To save dying nerve cells, this sort of cell actually secretes growth factors. The surviving nerve cells can also be stimulated to develop new fibers after they are severed or destroyed in the [CNS], which is truly unparalleled, says Dr. Segal. “For a wide variety of disorders, this can eventually lead to therapeutic breakthroughs by restoring these nerve pathways.”

Researchers, though, have a long way to go before doctors can use immune cells to treat humans, like this recently discovered granulocyte.

The first big challenge for the team would be to find out how to harness this new immune cell ‘s strength and boost its natural healing effects by developing it in a laboratory setting. Next, they will have to show that their newly proposed therapy in humans is both successful and effective.

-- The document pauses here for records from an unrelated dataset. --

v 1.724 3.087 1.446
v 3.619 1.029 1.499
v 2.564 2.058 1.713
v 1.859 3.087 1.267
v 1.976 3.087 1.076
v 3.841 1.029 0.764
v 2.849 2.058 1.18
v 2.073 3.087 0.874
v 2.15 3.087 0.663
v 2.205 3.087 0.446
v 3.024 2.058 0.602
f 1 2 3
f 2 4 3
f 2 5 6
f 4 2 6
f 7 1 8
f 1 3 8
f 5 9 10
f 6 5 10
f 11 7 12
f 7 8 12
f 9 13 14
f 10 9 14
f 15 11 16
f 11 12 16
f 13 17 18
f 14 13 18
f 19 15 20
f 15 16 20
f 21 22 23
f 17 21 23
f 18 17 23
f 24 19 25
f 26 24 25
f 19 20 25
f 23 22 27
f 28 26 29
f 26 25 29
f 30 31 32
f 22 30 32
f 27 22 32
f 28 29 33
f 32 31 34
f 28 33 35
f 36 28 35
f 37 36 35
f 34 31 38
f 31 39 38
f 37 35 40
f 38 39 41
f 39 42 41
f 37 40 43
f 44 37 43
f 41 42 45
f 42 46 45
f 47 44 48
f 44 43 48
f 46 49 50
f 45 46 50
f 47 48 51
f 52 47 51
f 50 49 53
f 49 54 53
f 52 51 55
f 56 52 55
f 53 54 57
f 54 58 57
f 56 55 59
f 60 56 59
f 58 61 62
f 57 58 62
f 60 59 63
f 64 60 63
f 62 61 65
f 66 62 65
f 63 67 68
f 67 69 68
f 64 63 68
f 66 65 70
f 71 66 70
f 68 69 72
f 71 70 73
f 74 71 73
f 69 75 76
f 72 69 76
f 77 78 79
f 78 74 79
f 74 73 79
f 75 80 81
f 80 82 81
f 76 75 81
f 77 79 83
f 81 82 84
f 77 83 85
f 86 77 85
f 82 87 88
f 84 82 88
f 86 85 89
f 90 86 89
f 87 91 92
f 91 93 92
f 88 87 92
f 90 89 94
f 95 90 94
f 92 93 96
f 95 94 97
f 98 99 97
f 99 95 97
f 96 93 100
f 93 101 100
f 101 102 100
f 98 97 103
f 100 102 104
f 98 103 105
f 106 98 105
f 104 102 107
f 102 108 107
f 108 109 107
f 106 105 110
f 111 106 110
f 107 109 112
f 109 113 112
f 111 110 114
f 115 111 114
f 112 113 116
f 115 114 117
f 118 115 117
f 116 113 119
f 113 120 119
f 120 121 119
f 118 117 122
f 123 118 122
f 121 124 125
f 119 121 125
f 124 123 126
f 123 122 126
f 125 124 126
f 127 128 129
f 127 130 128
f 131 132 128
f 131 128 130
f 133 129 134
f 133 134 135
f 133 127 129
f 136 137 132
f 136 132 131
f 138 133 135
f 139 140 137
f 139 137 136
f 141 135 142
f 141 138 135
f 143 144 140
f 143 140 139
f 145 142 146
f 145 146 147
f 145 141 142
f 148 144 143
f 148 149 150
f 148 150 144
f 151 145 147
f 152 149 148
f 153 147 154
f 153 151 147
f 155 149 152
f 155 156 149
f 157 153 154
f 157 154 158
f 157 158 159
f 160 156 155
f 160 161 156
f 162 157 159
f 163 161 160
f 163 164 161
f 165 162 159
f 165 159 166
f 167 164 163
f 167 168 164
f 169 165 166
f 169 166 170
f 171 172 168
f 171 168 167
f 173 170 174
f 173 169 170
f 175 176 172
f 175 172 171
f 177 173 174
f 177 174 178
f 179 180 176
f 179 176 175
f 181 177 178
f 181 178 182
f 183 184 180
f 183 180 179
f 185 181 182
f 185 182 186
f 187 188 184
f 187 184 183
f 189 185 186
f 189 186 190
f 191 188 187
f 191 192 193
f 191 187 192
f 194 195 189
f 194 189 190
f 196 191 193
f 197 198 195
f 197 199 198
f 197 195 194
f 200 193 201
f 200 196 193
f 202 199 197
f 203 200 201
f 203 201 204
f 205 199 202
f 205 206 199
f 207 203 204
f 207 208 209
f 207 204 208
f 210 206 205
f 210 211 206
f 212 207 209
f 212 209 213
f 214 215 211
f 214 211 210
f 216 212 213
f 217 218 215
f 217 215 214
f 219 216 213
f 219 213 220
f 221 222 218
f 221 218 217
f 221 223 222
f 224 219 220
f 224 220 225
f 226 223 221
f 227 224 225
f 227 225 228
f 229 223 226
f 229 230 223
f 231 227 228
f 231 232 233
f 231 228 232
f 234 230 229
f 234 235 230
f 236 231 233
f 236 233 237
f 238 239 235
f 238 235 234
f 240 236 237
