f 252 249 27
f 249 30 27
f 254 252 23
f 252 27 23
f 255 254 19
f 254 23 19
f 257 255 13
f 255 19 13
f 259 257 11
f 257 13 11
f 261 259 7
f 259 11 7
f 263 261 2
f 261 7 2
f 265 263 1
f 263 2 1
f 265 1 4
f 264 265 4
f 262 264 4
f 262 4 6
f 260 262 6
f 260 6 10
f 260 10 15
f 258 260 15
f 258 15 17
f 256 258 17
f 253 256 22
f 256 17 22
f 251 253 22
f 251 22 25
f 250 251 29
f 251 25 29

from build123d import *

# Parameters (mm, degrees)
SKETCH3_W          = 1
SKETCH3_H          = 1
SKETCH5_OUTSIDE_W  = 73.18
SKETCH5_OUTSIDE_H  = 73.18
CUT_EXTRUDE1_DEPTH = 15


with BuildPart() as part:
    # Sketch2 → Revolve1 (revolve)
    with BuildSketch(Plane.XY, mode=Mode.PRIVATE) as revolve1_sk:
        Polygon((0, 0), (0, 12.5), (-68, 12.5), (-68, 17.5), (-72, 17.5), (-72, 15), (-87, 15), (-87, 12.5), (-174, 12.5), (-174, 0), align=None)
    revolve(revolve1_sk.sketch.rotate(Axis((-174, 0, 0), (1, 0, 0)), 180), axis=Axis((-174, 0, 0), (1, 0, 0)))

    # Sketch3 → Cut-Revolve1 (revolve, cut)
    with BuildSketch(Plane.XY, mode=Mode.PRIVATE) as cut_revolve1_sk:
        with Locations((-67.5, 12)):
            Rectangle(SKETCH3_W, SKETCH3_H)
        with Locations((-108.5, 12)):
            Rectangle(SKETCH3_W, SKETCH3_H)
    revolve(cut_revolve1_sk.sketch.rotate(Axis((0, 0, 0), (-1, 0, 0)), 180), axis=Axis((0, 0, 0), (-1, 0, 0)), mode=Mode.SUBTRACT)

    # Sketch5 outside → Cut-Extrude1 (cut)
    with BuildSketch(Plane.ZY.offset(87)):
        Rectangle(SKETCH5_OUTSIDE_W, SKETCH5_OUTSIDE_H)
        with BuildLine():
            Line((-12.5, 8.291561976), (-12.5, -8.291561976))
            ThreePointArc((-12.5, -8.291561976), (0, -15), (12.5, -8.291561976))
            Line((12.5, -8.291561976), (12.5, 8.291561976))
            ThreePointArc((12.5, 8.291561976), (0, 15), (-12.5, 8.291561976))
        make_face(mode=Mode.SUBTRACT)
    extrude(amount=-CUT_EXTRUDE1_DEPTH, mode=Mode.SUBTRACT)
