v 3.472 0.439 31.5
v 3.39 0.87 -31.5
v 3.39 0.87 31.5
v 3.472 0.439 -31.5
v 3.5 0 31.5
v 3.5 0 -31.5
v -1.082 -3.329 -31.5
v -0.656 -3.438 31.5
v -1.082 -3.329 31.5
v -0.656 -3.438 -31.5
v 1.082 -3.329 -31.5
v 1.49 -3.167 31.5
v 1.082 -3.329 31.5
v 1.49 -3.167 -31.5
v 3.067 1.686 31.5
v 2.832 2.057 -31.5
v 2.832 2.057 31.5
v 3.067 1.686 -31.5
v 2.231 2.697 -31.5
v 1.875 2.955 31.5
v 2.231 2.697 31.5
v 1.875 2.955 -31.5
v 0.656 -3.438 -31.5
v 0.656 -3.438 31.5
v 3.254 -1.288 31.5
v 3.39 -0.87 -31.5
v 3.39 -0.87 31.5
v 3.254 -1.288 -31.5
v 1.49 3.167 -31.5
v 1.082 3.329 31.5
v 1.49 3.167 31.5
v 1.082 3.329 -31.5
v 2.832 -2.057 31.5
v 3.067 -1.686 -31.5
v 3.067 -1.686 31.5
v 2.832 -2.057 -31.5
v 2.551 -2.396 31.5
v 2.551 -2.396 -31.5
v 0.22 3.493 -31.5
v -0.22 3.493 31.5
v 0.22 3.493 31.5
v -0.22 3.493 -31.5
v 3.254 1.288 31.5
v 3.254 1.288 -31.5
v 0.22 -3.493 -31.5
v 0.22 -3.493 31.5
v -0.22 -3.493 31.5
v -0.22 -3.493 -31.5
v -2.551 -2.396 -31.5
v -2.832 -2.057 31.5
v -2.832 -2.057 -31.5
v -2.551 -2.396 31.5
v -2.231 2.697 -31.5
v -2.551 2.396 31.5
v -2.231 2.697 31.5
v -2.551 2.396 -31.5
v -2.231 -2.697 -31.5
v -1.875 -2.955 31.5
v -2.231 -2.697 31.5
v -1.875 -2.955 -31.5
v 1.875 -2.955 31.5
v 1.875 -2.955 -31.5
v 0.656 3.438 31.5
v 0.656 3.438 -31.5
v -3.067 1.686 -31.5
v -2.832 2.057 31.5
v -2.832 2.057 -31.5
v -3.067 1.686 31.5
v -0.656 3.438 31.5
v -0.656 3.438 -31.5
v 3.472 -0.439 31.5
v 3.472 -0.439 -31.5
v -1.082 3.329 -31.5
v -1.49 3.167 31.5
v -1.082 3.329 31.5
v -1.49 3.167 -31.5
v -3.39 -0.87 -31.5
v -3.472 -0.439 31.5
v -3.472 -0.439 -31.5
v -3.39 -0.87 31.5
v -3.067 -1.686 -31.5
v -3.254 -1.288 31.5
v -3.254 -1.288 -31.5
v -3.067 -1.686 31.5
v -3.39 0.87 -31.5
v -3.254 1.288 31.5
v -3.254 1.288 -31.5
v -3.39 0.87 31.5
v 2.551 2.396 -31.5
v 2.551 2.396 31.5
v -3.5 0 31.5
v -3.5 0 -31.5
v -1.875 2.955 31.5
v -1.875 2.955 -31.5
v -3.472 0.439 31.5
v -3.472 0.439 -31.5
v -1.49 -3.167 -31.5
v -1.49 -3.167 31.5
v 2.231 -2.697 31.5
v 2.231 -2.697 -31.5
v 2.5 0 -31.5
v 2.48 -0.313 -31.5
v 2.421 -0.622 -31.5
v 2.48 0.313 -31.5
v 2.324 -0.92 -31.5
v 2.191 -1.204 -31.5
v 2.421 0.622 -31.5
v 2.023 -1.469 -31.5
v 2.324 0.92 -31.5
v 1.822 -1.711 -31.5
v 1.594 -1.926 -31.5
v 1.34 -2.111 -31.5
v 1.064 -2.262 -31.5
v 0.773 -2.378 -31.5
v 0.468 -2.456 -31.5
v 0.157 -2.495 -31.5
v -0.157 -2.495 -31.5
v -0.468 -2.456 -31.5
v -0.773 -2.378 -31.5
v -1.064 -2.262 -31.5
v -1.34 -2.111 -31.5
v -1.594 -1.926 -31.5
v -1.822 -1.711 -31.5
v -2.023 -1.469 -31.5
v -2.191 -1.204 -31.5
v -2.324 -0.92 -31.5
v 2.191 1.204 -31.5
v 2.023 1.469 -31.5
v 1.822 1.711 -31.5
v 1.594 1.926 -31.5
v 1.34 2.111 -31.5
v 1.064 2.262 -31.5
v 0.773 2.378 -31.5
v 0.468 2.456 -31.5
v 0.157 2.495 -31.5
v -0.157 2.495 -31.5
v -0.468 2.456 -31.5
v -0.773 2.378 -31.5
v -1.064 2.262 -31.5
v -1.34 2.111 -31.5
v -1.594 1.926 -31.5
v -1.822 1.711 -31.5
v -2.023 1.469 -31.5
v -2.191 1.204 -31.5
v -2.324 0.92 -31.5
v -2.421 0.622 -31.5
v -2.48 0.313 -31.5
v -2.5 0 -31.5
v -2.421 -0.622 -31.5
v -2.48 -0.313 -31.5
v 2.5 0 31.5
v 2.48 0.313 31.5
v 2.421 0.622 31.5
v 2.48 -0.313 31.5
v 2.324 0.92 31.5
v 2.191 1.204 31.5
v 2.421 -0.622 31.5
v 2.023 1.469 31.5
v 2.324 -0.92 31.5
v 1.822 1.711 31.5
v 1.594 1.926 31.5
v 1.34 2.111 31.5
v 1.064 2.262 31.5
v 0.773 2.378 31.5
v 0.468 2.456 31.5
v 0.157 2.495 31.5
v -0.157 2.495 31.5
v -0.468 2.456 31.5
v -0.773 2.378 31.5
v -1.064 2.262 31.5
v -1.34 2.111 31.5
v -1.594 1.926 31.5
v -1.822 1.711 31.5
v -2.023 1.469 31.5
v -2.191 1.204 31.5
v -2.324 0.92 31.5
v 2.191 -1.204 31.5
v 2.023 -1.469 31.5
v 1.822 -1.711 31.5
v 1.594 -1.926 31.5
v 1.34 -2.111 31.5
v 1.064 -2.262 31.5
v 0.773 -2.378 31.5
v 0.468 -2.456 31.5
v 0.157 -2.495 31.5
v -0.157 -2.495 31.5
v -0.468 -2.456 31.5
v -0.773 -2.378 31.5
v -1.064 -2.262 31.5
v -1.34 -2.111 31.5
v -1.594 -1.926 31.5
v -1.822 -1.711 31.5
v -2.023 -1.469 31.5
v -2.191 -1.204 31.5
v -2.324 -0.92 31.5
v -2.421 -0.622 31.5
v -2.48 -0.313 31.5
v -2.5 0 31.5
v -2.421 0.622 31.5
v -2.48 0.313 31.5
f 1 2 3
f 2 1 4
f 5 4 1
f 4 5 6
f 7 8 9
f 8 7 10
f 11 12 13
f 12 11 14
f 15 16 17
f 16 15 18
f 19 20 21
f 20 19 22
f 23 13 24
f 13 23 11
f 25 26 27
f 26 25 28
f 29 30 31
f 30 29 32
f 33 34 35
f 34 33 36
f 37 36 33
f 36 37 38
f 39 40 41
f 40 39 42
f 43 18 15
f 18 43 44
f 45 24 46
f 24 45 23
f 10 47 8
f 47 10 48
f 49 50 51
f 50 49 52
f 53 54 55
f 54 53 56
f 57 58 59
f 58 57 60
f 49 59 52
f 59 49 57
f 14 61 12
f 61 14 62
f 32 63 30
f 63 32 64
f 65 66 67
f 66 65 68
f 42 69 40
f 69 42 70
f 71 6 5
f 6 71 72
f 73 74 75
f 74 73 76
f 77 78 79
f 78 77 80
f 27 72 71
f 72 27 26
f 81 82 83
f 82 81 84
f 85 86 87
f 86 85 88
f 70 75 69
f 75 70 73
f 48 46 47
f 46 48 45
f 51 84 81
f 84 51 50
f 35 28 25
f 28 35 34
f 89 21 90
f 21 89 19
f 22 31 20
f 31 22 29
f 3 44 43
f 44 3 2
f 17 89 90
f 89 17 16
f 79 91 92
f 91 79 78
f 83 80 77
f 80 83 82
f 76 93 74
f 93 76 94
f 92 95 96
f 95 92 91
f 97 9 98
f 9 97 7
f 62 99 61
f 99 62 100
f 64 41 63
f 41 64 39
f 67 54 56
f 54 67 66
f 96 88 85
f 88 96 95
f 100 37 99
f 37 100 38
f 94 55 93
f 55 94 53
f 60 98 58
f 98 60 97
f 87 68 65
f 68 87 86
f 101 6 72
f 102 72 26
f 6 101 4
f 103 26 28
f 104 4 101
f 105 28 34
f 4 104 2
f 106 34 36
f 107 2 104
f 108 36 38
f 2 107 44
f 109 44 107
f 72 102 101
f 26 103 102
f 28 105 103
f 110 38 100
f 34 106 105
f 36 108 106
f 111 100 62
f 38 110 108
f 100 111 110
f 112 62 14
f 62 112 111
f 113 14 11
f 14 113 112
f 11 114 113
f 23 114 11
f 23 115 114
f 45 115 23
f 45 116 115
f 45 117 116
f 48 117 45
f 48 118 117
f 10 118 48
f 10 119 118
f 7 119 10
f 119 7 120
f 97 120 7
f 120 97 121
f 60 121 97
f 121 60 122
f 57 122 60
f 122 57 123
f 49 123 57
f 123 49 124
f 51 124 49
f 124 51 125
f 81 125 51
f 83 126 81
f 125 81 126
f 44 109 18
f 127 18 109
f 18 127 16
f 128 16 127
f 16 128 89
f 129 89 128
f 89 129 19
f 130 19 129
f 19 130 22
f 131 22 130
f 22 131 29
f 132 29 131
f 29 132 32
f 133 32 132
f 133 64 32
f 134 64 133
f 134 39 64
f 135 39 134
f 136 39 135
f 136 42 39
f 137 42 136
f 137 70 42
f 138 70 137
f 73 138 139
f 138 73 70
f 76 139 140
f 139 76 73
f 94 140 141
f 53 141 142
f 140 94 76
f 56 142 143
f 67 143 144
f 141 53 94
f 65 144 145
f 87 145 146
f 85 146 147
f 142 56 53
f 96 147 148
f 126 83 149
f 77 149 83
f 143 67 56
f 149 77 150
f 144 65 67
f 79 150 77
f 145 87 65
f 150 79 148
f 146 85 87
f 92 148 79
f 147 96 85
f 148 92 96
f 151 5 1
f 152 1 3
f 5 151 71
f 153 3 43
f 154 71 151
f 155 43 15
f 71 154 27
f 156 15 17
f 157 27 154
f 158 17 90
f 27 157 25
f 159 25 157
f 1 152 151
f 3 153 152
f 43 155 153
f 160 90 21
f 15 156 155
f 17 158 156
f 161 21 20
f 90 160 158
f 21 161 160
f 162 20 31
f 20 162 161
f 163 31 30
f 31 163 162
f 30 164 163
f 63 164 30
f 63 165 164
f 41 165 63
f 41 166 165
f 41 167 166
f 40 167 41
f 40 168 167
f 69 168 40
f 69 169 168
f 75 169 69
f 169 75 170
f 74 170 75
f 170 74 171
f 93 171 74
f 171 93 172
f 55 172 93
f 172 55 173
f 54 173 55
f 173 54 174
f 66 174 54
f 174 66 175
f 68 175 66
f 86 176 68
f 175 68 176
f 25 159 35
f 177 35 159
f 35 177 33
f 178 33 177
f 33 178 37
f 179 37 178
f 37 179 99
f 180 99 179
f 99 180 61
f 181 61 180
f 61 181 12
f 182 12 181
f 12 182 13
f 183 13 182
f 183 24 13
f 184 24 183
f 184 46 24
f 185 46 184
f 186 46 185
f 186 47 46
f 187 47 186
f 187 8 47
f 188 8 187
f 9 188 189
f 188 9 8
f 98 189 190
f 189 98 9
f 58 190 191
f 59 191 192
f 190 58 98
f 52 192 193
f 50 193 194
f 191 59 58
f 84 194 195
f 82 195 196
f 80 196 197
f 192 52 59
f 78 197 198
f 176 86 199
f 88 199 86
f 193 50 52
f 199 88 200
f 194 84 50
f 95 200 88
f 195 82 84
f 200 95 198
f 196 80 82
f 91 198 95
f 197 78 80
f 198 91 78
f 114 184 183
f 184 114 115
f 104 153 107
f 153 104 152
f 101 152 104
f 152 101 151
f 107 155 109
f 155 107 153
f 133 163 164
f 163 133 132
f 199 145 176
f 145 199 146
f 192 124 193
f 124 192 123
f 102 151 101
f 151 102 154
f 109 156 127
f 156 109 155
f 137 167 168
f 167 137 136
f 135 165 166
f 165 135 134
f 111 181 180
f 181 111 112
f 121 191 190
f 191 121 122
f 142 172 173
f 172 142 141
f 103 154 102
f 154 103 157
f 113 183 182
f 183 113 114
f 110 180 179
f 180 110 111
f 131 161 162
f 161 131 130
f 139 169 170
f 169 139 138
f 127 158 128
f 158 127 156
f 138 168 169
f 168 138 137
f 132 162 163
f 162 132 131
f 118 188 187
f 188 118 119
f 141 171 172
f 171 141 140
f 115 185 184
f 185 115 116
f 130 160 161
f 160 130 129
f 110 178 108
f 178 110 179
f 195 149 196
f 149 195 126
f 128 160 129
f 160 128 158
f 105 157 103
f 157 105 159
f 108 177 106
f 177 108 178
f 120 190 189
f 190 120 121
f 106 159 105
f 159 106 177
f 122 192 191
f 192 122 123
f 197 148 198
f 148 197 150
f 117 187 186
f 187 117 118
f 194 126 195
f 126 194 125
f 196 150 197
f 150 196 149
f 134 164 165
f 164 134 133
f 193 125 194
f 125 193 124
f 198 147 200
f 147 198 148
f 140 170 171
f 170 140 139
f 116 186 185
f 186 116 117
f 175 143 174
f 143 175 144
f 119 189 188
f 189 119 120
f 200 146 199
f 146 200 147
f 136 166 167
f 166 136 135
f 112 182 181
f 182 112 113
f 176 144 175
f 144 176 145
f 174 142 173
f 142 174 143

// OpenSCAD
$fn = 50;


difference() {
	union() {
		translate(v = [0, 0, -31.5000000000]) {
			cylinder(h = 63, r = 3.5000000000);
		}
	}
	union() {
		translate(v = [0, 0, -100.0000000000]) {
			cylinder(h = 200, r = 2.5000000000);
		}
	}
}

In the future, the team hopes that these novel cells will be introduced into people with chronic cognitive disabilities by doctors to delay or avoid degenerative deterioration.

Dr. Segal concludes that they have a lot of work left to do in a clinical setting to make their laboratory results meaningful, but says he is positive about the path ahead:

“There’s so much that we’re learning at the bench that has yet to be translated to the clinic, but I think there’s huge potential for the future.”